I forgot to include that I have an aquaclear for 10 to 30 gallons and a heater (not sure what kind) set on 82 degrees.


----------



## coralbandit (Jul 29, 2012)

Seems like your well on your way.Since the food may deteriorate slowly(keep releasing ammonia)I would stop adding food and watch levels.Your ammonia should go to 0 in a few days since you have nitrItes present.If they(ammonia) keep rising I would vacum any food you can see on the bottom.


----------



## Goldiegirl (Jan 3, 2013)

I did remove some of the food that I could see but there is still a lot in the filter, should I clean that out as well?


----------



## coralbandit (Jul 29, 2012)

If you want and can, you could ring it out in dirty tank water(in bucket).Or you could just monitor levels over the next couple days;if ammonia goes down you may be fine,if it does not go down or even climbs then I would rinse/ring it out in dirty tank water.Generally messing with filter is not necessary or a great idea.It may be necessary depending on how much food is in there.


----------



## Goldiegirl (Jan 3, 2013)

Thanks, I will keep an eye on the levels then and go from there.


----------



## majerah1 (Oct 29, 2010)

I was thinking a five would be too small for the three, yet i was informed it should be ok as far as the water chemestry staying stable.
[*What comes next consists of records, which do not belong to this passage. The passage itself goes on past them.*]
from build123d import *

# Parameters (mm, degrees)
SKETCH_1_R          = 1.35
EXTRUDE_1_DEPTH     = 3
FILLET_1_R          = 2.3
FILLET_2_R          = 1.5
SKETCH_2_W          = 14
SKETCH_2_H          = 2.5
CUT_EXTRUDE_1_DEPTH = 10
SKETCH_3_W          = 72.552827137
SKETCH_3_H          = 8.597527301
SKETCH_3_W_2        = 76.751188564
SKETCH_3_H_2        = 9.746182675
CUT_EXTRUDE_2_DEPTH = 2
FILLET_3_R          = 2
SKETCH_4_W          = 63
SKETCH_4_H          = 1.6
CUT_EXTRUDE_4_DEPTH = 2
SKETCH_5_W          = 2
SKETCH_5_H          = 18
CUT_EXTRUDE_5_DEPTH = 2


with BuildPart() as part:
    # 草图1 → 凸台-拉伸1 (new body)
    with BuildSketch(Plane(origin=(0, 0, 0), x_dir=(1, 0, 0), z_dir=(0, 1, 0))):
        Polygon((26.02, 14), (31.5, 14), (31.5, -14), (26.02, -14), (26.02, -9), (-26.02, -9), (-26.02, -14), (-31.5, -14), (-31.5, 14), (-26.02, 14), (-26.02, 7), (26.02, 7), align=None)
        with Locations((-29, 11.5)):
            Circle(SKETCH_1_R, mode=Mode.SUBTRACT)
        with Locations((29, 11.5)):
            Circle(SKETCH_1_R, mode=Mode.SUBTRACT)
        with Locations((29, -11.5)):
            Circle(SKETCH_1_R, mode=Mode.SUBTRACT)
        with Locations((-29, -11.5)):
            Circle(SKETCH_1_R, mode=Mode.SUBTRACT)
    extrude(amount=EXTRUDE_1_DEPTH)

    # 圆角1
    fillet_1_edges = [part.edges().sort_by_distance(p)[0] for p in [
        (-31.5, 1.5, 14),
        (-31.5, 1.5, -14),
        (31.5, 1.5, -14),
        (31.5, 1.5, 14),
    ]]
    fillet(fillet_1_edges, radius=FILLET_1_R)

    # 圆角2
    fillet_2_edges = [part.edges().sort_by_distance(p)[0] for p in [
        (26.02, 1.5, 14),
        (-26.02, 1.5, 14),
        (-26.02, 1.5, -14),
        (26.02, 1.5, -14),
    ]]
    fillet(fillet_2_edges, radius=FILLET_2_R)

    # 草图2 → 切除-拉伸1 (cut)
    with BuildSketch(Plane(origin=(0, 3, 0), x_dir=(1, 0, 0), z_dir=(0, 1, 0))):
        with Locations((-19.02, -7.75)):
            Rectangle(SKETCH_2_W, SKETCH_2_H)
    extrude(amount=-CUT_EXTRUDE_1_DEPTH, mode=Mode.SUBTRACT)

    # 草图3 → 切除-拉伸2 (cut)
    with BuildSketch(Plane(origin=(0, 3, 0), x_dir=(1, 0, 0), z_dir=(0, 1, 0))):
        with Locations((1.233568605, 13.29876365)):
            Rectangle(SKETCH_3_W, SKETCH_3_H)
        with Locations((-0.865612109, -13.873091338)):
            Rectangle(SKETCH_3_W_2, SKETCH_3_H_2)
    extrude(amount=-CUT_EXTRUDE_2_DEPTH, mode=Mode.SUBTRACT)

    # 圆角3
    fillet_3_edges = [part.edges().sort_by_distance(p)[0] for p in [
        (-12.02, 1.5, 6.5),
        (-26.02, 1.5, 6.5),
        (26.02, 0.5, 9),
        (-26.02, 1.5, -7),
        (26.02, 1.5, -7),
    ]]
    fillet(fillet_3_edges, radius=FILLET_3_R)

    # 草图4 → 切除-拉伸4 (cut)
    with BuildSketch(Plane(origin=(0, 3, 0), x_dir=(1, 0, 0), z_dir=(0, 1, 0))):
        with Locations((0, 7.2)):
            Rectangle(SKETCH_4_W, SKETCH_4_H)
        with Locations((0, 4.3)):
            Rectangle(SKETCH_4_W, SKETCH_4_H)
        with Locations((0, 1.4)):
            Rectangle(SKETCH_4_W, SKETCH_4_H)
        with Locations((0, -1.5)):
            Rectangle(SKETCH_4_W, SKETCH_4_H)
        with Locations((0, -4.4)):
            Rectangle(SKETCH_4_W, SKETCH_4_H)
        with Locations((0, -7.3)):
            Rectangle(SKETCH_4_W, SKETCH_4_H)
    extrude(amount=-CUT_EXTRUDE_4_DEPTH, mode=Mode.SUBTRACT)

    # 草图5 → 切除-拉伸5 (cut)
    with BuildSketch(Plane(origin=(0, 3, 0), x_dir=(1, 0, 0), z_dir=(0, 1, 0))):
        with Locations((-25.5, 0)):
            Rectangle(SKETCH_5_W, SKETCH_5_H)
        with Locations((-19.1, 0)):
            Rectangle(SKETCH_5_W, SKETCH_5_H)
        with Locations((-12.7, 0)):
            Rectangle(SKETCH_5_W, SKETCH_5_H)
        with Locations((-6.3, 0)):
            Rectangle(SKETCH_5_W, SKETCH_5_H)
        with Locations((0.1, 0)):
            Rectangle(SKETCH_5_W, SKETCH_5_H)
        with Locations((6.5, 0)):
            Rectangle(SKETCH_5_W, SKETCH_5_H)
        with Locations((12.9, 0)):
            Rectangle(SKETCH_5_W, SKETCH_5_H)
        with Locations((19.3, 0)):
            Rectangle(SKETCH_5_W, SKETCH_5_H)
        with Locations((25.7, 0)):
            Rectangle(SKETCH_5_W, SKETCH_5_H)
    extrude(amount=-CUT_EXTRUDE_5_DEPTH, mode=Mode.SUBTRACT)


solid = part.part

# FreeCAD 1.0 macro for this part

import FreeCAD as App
import Part
import Sketcher
Q = App.Units.Quantity


def edges_at(feature, points):
    """Names of the edges that pass closest to the given points."""
    edges = feature.Shape.Edges
    near = lambda p: min(range(len(edges)), key=lambda i: edges[i].distToShape(Part.Vertex(*p))[0])
    return sorted({f"Edge{near(p) + 1}" for p in points})

doc = App.newDocument("Part")
body = doc.addObject("PartDesign::Body", "Body")

# Sketch on XZ plane
sketch1 = doc.addObject("Sketcher::SketchObject", "Sketch")
body.addObject(sketch1)
sketch1.AttachmentSupport = (doc.XZ_Plane, [""])
sketch1.MapMode = "FlatFace"
sketch1.addGeometry([
    Part.LineSegment(App.Vector(31.5, -14, 0), App.Vector(26, -14, 0)),  # 0
    Part.LineSegment(App.Vector(26, -14, 0), App.Vector(26, -7, 0)),  # 1
    Part.LineSegment(App.Vector(26, -7, 0), App.Vector(-26, -7, 0)),  # 2
    Part.LineSegment(App.Vector(-26, -7, 0), App.Vector(-26, -14, 0)),  # 3
    Part.LineSegment(App.Vector(-26, -14, 0), App.Vector(-31.5, -14, 0)),  # 4
    Part.LineSegment(App.Vector(-31.5, -14, 0), App.Vector(-31.5, 14, 0)),  # 5
    Part.LineSegment(App.Vector(-31.5, 14, 0), App.Vector(-26, 14, 0)),  # 6
    Part.LineSegment(App.Vector(-26, 14, 0), App.Vector(-26, 9, 0)),  # 7
    Part.LineSegment(App.Vector(-26, 9, 0), App.Vector(26, 9, 0)),  # 8
    Part.LineSegment(App.Vector(26, 9, 0), App.Vector(26, 14, 0)),  # 9
    Part.LineSegment(App.Vector(26, 14, 0), App.Vector(31.5, 14, 0)),  # 10
    Part.LineSegment(App.Vector(31.5, 14, 0), App.Vector(31.5, -14, 0)),  # 11
    Part.Circle(App.Vector(29, 11.5, 0), App.Vector(0, 0, 1), 1.4),  # 12
    Part.Circle(App.Vector(-29, 11.5, 0), App.Vector(0, 0, 1), 1.4),  # 13
    Part.Circle(App.Vector(29, -11.5, 0), App.Vector(0, 0, 1), 1.4),  # 14
    Part.Circle(App.Vector(-29, -11.5, 0), App.Vector(0, 0, 1), 1.4),  # 15
], False)
sketch1.addConstraint([
    Sketcher.Constraint("Coincident", 0, 2, 1, 1),
    Sketcher.Constraint("Coincident", 1, 2, 2, 1),
    Sketcher.Constraint("Coincident", 2, 2, 3, 1),
    Sketcher.Constraint("Coincident", 3, 2, 4, 1),
    Sketcher.Constraint("Coincident", 4, 2, 5, 1),
    Sketcher.Constraint("Coincident", 5, 2, 6, 1),
    Sketcher.Constraint("Coincident", 6, 2, 7, 1),
    Sketcher.Constraint("Coincident", 7, 2, 8, 1),
    Sketcher.Constraint("Coincident", 8, 2, 9, 1),
    Sketcher.Constraint("Coincident", 9, 2, 10, 1),
    Sketcher.Constraint("Coincident", 10, 2, 11, 1),
    Sketcher.Constraint("Coincident", 11, 2, 0, 1),
    Sketcher.Constraint("Horizontal", 0),
    Sketcher.Constraint("Vertical", 1),
    Sketcher.Constraint("Horizontal", 2),
    Sketcher.Constraint("Vertical", 3),
    Sketcher.Constraint("Horizontal", 4),
    Sketcher.Constraint("Vertical", 5),
    Sketcher.Constraint("Horizontal", 6),
    Sketcher.Constraint("Vertical", 7),
    Sketcher.Constraint("Horizontal", 8),
    Sketcher.Constraint("Vertical", 9),
    Sketcher.Constraint("Horizontal", 10),
    Sketcher.Constraint("Vertical", 11),
    Sketcher.Constraint("Equal", 12, 13),
    Sketcher.Constraint("Equal", 13, 14),
    Sketcher.Constraint("Equal", 14, 15),
    Sketcher.Constraint("Symmetric", 13, 3, 14, 3, -1, 1),
    Sketcher.Constraint("Symmetric", 12, 3, 15, 3, -1, 1),
    Sketcher.Constraint("Symmetric", 0, 2, 6, 2, -1, 1),
    Sketcher.Constraint("Symmetric", 3, 2, 9, 2, -1, 1),
    Sketcher.Constraint("Symmetric", 12, 3, 13, 3, -2),
    Sketcher.Constraint("Symmetric", 0, 2, 3, 2, -2),
    Sketcher.Constraint("Equal", 0, 4),
    Sketcher.Constraint("Diameter", 12, Q("2.7 mm")),
    Sketcher.Constraint("DistanceY", 1, 1, 1, 2, Q("7 mm")),
    Sketcher.Constraint("DistanceY", 5, 1, 5, 2, Q("28 mm")),
    Sketcher.Constraint("DistanceY", 7, 2, 7, 1, Q("5 mm")),
    Sketcher.Constraint("DistanceX", -1, 1, 12, 3, Q("29 mm")),
    Sketcher.Constraint("DistanceY", 14, 3, 12, 3, Q("23 mm")),
    Sketcher.Constraint("DistanceX", 0, 2, 0, 1, Q("5.48 mm")),
    Sketcher.Constraint("DistanceX", 2, 2, 2, 1, Q("52.04 mm")),
])
pad1 = doc.addObject("PartDesign::Pad", "Pad")
body.addObject(pad1)
pad1.Profile = sketch1
pad1.Length = 3
pad1.Reversed = True
doc.recompute()

fillet = doc.addObject("PartDesign::Fillet", "Fillet")
body.addObject(fillet)
fillet.Base = (pad1, edges_at(pad1, [
    (-31.5, 1.5, 14),
    (-31.5, 1.5, -14),
    (31.5, 1.5, -14),
    (31.5, 1.5, 14),
]))
fillet.Radius = 2.3
doc.recompute()

fillet2 = doc.addObject("PartDesign::Fillet", "Fillet001")
body.addObject(fillet2)
fillet2.Base = (fillet, edges_at(fillet, [
    (26.02, 1.5, 14),
    (-26.02, 1.5, 14),
    (-26.02, 1.5, -14),
    (26.02, 1.5, -14),
]))
fillet2.Radius = 1.5

# Sketch on XZ plane
sketch2 = doc.addObject("Sketcher::SketchObject", "Sketch001")
body.addObject(sketch2)
sketch2.AttachmentSupport = (doc.XZ_Plane, [""])
sketch2.MapMode = "FlatFace"
sketch2.AttachmentOffset = App.Placement(App.Vector(0, 0, -3), App.Rotation())
sketch2.addGeometry([
    Part.LineSegment(App.Vector(-26, 6.5, 0), App.Vector(-26, 9, 0)),
    Part.LineSegment(App.Vector(-26, 9, 0), App.Vector(-12, 9, 0)),
    Part.LineSegment(App.Vector(-12, 9, 0), App.Vector(-12, 6.5, 0)),
    Part.LineSegment(App.Vector(-12, 6.5, 0), App.Vector(-26, 6.5, 0)),
], False)
sketch2.addConstraint([
    Sketcher.Constraint("Coincident", 0, 2, 1, 1),
    Sketcher.Constraint("Coincident", 1, 2, 2, 1),
    Sketcher.Constraint("Coincident", 2, 2, 3, 1),
    Sketcher.Constraint("Coincident", 3, 2, 0, 1),
    Sketcher.Constraint("Vertical", 0),
    Sketcher.Constraint("Horizontal", 1),
    Sketcher.Constraint("Vertical", 2),
    Sketcher.Constraint("Horizontal", 3),
    Sketcher.Constraint("DistanceX", 1, 1, 1, 2, Q("14 mm")),
    Sketcher.Constraint("DistanceY", 0, 1, 0, 2, Q("2.5 mm")),
    Sketcher.Constraint("DistanceY", -1, 1, 0, 2, Q("9 mm")),
    Sketcher.Constraint("DistanceX", 0, 2, -1, 1, Q("26.02 mm")),
])
pocket1 = doc.addObject("PartDesign::Pocket", "Pocket")
body.addObject(pocket1)
pocket1.Profile = sketch2
pocket1.Length = 10
pocket1.Reversed = True

# Sketch on XZ plane
sketch3 = doc.addObject("Sketcher::SketchObject", "Sketch002")
body.addObject(sketch3)
sketch3.AttachmentSupport = (doc.XZ_Plane, [""])
sketch3.MapMode = "FlatFace"
sketch3.AttachmentOffset = App.Placement(App.Vector(0, 0, -3), App.Rotation())
sketch3.addGeometry([
    Part.LineSegment(App.Vector(-35, -18, 0), App.Vector(-35, -9, 0)),  # 0
    Part.LineSegment(App.Vector(-35, -9, 0), App.Vector(38, -9, 0)),  # 1
    Part.LineSegment(App.Vector(38, -9, 0), App.Vector(38, -18, 0)),  # 2
    Part.LineSegment(App.Vector(38, -18, 0), App.Vector(-35, -18, 0)),  # 3
    Part.LineSegment(App.Vector(-39, 9, 0), App.Vector(-39, 19, 0)),  # 4
    Part.LineSegment(App.Vector(-39, 19, 0), App.Vector(38, 19, 0)),  # 5
    Part.LineSegment(App.Vector(38, 19, 0), App.Vector(38, 9, 0)),  # 6
    Part.LineSegment(App.Vector(38, 9, 0), App.Vector(-39, 9, 0)),  # 7
], False)
sketch3.addConstraint([
    Sketcher.Constraint("Coincident", 0, 2, 1, 1),
    Sketcher.Constraint("Coincident", 1, 2, 2, 1),
    Sketcher.Constraint("Coincident", 2, 2, 3, 1),
    Sketcher.Constraint("Coincident", 3, 2, 0, 1),
    Sketcher.Constraint("Coincident", 4, 2, 5, 1),
    Sketcher.Constraint("Coincident", 5, 2, 6, 1),
    Sketcher.Constraint("Coincident", 6, 2, 7, 1),
    Sketcher.Constraint("Coincident", 7, 2, 4, 1),
    Sketcher.Constraint("Vertical", 0),
    Sketcher.Constraint("Horizontal", 1),
    Sketcher.Constraint("Vertical", 2),
    Sketcher.Constraint("Horizontal", 3),
    Sketcher.Constraint("Vertical", 4),
    Sketcher.Constraint("Horizontal", 5),
    Sketcher.Constraint("Vertical", 6),
    Sketcher.Constraint("Horizontal", 7),
    Sketcher.Constraint("Symmetric", 1, 2, 6, 2, -1),
    Sketcher.Constraint("DistanceY", 0, 2, -1, 1, Q("9 mm")),
    Sketcher.Constraint("DistanceX", 5, 1, 5, 2, Q("76.751189 mm")),
    Sketcher.Constraint("DistanceX", 1, 1, 1, 2, Q("72.552827 mm")),
    Sketcher.Constraint("DistanceY", 0, 1, 0, 2, Q("8.597527 mm")),
    Sketcher.Constraint("DistanceY", 4, 1, 4, 2, Q("9.746183 mm")),
    Sketcher.Constraint("DistanceX", 0, 2, -1, 1, Q("35.042845 mm")),
])
pocket2 = doc.addObject("PartDesign::Pocket", "Pocket001")
body.addObject(pocket2)
pocket2.Profile = sketch3
pocket2.Length = 2
pocket2.Reversed = True
doc.recompute()

fillet3 = doc.addObject("PartDesign::Fillet", "Fillet002")
body.addObject(fillet3)
fillet3.Base = (pocket2, edges_at(pocket2, [
    (-12.02, 1.5, 6.5),
    (-26.02, 1.5, 6.5),
    (26.02, 0.5, 9),
    (-26.02, 1.5, -7),
    (26.02, 1.5, -7),
]))
fillet3.Radius = 2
However, I was also informed the frogs are about blind so feeding will be an issue. Bettas are pigs and its known for them to eat until their little tummies explode. Getting the food to the bottom for the frogs and keeping mr betta away will pose a challenge. You could try to train him to swim into a net for his food, and while holding him in this net for eating, feed the frogs. Once the frogs get fed let the betta go.


----------



## Goldiegirl (Jan 3, 2013)

Thanks for the advice on feeding and have been reading about the different ways that others have been doing so. That is a new technique I think I will try. I am glad to hear that my tank will be okay for the three of them, I was a little concerned about that. I think I will need a bigger net though, lol.


----------